**Exercise aim:** Each line below from the one containing "#99=ORIENTED_EDGE('',*,*,#98,.F.);" through the one containing "#118=LINE('',#55,#109);" is to be given again exactly, and no line outside that span.

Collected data
-- Opening Marker --
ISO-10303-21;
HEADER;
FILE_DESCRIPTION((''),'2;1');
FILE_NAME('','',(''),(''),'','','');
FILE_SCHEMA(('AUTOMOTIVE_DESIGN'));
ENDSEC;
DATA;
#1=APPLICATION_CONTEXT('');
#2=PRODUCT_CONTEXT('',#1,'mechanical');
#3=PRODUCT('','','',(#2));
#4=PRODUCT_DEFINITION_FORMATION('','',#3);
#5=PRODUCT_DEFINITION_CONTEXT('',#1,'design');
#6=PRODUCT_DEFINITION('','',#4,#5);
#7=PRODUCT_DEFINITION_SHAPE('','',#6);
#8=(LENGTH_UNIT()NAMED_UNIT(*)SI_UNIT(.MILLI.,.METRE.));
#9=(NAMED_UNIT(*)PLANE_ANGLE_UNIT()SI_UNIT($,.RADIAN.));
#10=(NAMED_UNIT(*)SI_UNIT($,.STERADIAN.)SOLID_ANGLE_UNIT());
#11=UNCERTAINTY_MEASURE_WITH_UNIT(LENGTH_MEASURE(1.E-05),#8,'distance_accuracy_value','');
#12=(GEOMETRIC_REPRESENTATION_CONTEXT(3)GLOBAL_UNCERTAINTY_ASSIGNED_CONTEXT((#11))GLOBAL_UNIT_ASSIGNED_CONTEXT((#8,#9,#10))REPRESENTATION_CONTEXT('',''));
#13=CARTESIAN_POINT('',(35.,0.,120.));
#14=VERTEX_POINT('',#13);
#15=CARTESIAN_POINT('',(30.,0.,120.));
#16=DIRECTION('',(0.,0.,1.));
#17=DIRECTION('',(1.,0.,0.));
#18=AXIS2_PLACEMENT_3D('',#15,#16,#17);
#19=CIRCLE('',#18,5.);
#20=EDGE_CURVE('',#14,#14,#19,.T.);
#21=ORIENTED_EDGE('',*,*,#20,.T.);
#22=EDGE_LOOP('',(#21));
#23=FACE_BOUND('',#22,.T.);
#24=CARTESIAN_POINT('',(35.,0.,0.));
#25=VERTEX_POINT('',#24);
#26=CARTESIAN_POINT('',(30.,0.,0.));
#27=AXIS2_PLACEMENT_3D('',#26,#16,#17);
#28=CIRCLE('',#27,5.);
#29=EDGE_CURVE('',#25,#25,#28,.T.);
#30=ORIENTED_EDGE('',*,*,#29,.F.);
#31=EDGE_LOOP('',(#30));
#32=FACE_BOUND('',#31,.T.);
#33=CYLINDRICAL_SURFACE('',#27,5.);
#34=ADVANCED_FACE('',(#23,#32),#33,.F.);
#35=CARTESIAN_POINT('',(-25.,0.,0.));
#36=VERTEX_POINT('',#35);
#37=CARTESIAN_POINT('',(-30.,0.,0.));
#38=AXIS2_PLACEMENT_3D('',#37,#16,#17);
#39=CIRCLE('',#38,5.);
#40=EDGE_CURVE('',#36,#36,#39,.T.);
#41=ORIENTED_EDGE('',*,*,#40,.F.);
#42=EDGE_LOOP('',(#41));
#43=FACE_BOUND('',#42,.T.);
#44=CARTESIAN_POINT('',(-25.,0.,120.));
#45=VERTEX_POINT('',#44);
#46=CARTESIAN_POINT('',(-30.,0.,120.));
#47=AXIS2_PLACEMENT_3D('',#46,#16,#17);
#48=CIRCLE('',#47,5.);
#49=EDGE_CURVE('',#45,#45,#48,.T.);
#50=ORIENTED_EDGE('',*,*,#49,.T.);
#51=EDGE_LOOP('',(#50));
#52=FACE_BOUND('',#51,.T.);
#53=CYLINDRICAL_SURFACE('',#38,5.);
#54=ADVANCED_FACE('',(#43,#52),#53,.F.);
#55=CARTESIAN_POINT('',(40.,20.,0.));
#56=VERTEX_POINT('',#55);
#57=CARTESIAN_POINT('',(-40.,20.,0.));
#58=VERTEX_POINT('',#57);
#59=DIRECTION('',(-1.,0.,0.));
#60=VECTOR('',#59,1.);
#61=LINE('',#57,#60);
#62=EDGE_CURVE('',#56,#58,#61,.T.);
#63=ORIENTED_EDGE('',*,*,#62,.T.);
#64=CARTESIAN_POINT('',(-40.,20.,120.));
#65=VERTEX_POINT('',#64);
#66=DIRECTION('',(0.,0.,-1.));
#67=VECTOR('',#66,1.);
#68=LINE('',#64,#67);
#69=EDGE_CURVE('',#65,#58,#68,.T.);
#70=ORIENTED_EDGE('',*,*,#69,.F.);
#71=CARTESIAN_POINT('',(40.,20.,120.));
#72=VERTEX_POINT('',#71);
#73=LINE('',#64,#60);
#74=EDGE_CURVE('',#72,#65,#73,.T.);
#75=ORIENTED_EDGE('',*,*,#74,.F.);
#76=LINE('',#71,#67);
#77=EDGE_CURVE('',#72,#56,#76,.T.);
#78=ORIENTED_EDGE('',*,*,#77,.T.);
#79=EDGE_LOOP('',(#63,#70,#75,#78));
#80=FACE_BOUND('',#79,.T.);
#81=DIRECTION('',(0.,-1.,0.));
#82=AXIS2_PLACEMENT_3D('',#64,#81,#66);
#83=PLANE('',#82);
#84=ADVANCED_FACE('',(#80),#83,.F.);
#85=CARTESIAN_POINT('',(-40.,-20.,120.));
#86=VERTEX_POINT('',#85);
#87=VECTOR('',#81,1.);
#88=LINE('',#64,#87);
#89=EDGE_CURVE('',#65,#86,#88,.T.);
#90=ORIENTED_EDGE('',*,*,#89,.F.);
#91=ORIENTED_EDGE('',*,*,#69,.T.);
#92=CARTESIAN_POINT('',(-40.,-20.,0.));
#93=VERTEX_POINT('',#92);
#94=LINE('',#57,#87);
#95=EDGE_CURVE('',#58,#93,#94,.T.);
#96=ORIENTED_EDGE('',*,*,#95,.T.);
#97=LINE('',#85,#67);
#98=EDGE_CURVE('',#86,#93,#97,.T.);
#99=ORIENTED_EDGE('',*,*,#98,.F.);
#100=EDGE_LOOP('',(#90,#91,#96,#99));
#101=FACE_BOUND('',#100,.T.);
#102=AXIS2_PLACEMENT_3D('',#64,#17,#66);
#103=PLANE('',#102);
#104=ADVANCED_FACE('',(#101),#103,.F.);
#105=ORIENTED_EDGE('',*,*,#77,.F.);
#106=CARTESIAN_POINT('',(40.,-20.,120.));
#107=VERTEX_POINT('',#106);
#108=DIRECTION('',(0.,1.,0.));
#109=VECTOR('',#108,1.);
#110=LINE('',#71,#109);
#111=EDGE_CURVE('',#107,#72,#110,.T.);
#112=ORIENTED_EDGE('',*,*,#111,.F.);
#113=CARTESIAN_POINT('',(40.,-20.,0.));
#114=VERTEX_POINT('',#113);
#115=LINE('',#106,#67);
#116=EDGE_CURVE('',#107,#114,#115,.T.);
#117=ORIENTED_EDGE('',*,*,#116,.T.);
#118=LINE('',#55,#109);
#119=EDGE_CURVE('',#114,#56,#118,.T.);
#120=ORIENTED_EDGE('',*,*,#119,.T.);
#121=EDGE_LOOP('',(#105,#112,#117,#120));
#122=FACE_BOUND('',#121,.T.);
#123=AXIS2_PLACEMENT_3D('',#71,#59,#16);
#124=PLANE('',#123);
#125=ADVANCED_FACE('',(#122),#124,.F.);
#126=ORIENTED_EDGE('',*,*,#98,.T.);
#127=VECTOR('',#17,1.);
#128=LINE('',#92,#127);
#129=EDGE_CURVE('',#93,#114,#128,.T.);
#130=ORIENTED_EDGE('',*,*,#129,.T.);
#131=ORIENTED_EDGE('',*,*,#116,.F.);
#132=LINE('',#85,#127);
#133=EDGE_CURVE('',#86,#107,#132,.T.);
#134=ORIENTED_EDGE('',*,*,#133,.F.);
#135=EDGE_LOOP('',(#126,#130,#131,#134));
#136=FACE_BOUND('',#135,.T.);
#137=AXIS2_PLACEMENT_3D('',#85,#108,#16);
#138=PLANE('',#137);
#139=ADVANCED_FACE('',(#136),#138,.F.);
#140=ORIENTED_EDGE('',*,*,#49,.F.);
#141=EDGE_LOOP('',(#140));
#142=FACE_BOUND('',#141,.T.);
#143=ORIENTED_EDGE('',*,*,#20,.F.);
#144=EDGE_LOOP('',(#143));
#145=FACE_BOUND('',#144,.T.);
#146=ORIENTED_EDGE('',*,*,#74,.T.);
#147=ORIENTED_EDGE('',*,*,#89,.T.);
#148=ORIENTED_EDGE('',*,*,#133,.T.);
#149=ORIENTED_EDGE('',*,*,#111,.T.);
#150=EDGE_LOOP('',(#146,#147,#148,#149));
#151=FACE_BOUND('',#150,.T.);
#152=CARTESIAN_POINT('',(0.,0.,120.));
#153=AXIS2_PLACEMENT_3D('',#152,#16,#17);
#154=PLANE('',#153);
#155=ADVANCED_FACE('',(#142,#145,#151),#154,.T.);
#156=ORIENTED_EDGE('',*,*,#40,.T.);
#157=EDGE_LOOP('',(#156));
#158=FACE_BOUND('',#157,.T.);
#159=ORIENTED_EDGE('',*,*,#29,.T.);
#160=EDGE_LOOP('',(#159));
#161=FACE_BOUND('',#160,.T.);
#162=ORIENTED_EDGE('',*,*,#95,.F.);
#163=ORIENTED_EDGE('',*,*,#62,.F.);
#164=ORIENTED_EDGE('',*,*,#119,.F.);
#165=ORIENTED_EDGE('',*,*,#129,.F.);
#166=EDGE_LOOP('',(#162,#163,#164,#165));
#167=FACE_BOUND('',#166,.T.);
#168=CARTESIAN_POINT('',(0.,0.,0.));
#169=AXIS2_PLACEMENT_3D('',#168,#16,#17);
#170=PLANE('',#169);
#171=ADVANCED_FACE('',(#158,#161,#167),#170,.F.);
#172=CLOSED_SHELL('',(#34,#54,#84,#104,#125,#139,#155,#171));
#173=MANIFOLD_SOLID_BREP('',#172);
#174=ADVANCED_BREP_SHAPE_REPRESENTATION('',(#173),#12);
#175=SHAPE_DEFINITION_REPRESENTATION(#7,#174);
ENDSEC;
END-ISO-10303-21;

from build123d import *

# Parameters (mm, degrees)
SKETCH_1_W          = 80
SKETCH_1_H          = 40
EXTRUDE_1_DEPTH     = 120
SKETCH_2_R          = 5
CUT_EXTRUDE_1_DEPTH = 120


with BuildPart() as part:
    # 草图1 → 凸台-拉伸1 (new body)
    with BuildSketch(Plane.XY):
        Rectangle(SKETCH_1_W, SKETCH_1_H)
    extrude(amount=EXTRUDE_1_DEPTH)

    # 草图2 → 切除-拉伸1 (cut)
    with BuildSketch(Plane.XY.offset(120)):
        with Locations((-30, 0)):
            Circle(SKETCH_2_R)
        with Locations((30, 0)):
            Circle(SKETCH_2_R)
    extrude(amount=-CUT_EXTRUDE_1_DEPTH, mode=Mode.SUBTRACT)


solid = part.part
-- Closing Marker --
-- Opening Marker --
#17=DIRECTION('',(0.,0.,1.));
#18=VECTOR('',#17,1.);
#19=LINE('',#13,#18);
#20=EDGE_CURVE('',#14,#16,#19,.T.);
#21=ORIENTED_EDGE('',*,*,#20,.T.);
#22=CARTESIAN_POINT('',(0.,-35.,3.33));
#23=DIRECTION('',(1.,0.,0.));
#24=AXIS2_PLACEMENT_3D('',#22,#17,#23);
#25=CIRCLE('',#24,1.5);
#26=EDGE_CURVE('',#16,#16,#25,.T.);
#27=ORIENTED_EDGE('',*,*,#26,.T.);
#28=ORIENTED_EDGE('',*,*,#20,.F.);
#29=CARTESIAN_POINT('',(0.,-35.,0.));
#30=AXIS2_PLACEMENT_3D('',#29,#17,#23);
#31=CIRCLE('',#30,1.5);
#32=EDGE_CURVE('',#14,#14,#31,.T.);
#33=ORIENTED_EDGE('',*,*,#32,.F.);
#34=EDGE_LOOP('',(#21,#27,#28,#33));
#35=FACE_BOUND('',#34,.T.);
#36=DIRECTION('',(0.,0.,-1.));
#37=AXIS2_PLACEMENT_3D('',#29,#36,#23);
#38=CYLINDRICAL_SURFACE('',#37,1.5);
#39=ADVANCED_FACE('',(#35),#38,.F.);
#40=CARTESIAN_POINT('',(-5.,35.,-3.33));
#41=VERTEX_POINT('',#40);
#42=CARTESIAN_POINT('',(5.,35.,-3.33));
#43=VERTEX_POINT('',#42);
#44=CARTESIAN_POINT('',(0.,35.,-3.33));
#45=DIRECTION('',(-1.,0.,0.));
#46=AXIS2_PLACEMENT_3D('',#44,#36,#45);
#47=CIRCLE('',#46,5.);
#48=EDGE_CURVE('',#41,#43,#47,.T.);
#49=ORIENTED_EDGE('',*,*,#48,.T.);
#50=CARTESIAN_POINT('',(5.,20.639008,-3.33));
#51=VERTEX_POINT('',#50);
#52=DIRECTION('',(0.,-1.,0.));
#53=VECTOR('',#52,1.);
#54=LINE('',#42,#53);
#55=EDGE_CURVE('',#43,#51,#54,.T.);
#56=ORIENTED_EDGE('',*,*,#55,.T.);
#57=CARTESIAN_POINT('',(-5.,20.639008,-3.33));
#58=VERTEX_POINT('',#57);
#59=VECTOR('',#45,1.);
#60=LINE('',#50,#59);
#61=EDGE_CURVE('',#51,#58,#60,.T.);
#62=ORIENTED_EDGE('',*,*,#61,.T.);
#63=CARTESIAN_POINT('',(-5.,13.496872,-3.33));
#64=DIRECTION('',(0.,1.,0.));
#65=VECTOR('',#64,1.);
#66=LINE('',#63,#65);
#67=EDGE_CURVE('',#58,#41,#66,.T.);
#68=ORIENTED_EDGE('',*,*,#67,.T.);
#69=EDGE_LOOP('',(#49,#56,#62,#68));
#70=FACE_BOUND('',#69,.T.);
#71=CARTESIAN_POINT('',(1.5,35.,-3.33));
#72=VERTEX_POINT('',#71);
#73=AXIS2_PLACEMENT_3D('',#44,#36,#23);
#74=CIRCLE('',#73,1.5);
-- Closing Marker --
-- Opening Marker --
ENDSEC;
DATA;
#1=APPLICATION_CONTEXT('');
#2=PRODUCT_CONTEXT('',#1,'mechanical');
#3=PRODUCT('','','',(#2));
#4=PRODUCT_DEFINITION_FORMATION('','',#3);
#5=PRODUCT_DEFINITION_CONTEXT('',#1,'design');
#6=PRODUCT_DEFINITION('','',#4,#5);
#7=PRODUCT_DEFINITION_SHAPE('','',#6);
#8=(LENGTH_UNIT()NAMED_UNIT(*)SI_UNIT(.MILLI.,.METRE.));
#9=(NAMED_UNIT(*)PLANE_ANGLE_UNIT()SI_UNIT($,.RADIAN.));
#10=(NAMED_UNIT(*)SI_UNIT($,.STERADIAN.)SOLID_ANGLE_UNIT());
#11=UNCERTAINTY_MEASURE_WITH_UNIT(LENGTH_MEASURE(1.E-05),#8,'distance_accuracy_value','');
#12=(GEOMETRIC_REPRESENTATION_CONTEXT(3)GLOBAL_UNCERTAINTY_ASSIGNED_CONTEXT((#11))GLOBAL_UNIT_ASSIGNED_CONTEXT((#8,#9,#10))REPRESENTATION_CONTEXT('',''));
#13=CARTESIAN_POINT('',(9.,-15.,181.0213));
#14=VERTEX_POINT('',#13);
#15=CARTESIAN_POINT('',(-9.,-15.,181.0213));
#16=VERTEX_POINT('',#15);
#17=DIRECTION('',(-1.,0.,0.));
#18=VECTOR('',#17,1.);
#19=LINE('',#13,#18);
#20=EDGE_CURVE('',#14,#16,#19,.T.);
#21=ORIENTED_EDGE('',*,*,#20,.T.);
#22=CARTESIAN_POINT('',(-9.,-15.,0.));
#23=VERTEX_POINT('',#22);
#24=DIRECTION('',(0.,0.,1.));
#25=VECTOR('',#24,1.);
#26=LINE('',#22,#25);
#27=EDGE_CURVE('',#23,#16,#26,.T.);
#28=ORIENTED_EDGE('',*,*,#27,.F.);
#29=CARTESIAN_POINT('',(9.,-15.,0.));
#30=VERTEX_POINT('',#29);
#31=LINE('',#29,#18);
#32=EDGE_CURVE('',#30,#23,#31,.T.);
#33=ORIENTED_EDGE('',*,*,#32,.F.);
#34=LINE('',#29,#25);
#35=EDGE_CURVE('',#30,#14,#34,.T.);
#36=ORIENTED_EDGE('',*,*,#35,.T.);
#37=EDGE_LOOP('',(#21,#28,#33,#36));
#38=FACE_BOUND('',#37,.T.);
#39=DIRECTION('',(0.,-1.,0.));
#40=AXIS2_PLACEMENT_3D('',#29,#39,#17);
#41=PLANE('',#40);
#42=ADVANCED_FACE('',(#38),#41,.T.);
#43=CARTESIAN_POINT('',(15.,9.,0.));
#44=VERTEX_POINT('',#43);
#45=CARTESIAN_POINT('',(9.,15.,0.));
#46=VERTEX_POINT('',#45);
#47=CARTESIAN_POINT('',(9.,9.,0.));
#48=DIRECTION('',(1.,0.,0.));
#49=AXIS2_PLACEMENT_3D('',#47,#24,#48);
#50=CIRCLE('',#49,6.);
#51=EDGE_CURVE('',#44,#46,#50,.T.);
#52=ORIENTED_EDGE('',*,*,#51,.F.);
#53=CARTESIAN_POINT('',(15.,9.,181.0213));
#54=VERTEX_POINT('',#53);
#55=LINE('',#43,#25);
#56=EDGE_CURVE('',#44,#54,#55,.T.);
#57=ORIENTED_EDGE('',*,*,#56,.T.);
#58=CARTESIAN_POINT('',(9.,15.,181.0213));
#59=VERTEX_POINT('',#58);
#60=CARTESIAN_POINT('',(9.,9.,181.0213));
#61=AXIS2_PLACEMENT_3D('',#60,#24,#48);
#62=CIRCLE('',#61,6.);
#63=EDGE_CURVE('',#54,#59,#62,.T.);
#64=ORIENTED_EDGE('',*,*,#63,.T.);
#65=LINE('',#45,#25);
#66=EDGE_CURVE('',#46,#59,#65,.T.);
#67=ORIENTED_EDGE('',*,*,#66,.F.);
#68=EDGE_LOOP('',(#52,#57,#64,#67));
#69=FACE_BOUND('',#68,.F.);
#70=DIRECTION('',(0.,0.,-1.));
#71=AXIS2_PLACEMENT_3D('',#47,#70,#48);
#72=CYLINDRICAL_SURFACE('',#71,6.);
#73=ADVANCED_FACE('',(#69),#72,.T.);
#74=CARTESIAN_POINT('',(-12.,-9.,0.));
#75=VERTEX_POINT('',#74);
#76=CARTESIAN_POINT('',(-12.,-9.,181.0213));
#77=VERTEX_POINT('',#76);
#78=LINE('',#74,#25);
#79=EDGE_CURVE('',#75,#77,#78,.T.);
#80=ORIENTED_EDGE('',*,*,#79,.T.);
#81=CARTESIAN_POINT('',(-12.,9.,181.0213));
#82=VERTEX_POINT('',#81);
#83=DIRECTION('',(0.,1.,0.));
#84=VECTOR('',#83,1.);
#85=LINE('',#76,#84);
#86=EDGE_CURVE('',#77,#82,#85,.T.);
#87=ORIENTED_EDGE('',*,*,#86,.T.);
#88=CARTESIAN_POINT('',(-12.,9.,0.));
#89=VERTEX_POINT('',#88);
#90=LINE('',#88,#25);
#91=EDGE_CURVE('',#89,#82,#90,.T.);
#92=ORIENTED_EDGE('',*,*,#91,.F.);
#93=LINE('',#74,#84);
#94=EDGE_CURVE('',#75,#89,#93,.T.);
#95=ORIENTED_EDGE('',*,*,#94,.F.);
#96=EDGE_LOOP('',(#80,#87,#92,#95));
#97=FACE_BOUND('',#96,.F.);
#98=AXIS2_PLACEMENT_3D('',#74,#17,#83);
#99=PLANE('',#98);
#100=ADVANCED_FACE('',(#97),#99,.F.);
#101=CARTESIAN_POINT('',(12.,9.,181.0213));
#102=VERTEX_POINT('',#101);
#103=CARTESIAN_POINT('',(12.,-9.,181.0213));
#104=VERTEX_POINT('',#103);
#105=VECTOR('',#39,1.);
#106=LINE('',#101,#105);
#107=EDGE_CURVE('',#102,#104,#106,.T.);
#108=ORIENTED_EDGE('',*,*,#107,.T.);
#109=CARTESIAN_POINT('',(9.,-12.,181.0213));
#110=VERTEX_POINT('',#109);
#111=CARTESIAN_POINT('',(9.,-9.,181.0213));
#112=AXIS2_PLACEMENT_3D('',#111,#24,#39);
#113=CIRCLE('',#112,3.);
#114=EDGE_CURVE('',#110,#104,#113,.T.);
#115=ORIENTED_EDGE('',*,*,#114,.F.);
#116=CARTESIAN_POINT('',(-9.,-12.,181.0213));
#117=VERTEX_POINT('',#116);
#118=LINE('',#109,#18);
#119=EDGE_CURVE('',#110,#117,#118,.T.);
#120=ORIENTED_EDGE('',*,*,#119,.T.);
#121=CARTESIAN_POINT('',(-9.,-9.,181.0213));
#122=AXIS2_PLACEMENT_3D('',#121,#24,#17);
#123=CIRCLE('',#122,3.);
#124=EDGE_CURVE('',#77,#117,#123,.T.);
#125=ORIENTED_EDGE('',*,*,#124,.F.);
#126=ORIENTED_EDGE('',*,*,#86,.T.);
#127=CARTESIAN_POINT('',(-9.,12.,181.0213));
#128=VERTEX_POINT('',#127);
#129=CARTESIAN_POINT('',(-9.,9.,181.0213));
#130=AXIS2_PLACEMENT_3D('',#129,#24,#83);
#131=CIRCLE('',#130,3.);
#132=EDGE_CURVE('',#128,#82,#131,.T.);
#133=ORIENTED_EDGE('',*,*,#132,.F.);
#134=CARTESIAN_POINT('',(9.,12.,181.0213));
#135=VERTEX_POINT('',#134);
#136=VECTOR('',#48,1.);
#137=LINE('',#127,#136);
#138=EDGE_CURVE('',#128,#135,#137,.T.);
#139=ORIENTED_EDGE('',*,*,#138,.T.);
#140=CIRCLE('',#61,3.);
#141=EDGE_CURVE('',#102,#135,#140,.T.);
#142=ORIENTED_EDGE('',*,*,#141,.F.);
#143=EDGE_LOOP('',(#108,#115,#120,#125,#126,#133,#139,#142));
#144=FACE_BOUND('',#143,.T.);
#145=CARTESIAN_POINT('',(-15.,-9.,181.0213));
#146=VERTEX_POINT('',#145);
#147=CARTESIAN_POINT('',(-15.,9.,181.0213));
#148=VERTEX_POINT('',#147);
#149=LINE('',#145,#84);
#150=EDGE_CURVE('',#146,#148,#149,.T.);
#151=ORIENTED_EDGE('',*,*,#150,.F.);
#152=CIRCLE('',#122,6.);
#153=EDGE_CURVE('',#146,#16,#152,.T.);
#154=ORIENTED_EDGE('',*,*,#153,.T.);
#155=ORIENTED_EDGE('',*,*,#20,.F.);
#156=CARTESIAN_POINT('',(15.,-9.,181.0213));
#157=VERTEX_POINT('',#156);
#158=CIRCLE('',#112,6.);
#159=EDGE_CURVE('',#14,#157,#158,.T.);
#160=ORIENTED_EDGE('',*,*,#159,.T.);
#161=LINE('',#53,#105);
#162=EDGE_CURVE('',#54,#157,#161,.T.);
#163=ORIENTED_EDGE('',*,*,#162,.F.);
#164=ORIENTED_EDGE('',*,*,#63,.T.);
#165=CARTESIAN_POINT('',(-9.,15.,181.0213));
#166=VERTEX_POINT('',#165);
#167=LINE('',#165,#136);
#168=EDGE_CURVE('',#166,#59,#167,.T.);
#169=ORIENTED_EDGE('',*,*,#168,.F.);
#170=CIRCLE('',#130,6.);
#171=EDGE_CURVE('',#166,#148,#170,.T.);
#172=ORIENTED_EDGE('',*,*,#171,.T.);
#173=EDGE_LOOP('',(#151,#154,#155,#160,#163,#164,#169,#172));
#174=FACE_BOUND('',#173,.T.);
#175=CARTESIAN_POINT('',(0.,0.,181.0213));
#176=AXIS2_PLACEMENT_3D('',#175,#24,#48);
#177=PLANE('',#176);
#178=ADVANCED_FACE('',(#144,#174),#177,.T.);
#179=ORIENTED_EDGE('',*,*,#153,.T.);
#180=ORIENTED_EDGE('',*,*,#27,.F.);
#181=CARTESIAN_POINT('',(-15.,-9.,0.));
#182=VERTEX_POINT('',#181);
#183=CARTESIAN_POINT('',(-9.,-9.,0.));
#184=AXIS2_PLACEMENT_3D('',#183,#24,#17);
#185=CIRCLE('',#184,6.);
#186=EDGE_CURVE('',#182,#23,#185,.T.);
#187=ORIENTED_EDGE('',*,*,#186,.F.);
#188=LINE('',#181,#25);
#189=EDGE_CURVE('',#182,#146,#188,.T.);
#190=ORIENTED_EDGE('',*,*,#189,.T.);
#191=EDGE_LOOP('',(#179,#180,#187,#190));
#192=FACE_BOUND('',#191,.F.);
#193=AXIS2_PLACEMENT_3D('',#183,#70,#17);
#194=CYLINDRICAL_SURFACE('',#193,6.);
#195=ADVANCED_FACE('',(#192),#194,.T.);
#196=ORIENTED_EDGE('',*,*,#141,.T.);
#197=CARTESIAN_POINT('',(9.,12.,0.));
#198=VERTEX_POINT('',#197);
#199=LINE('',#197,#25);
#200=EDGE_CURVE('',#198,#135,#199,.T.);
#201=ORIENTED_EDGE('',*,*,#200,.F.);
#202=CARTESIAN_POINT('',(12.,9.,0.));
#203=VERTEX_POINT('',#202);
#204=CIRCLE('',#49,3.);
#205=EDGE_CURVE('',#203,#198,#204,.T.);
-- Closing Marker --
**Result for this task:**
#99=ORIENTED_EDGE('',*,*,#98,.F.);
#100=EDGE_LOOP('',(#90,#91,#96,#99));
#101=FACE_BOUND('',#100,.T.);
#102=AXIS2_PLACEMENT_3D('',#64,#17,#66);
#103=PLANE('',#102);
#104=ADVANCED_FACE('',(#101),#103,.F.);
#105=ORIENTED_EDGE('',*,*,#77,.F.);
#106=CARTESIAN_POINT('',(40.,-20.,120.));
#107=VERTEX_POINT('',#106);
#108=DIRECTION('',(0.,1.,0.));
#109=VECTOR('',#108,1.);
#110=LINE('',#71,#109);
#111=EDGE_CURVE('',#107,#72,#110,.T.);
#112=ORIENTED_EDGE('',*,*,#111,.F.);
#113=CARTESIAN_POINT('',(40.,-20.,0.));
#114=VERTEX_POINT('',#113);
#115=LINE('',#106,#67);
#116=EDGE_CURVE('',#107,#114,#115,.T.);
#117=ORIENTED_EDGE('',*,*,#116,.T.);
#118=LINE('',#55,#109);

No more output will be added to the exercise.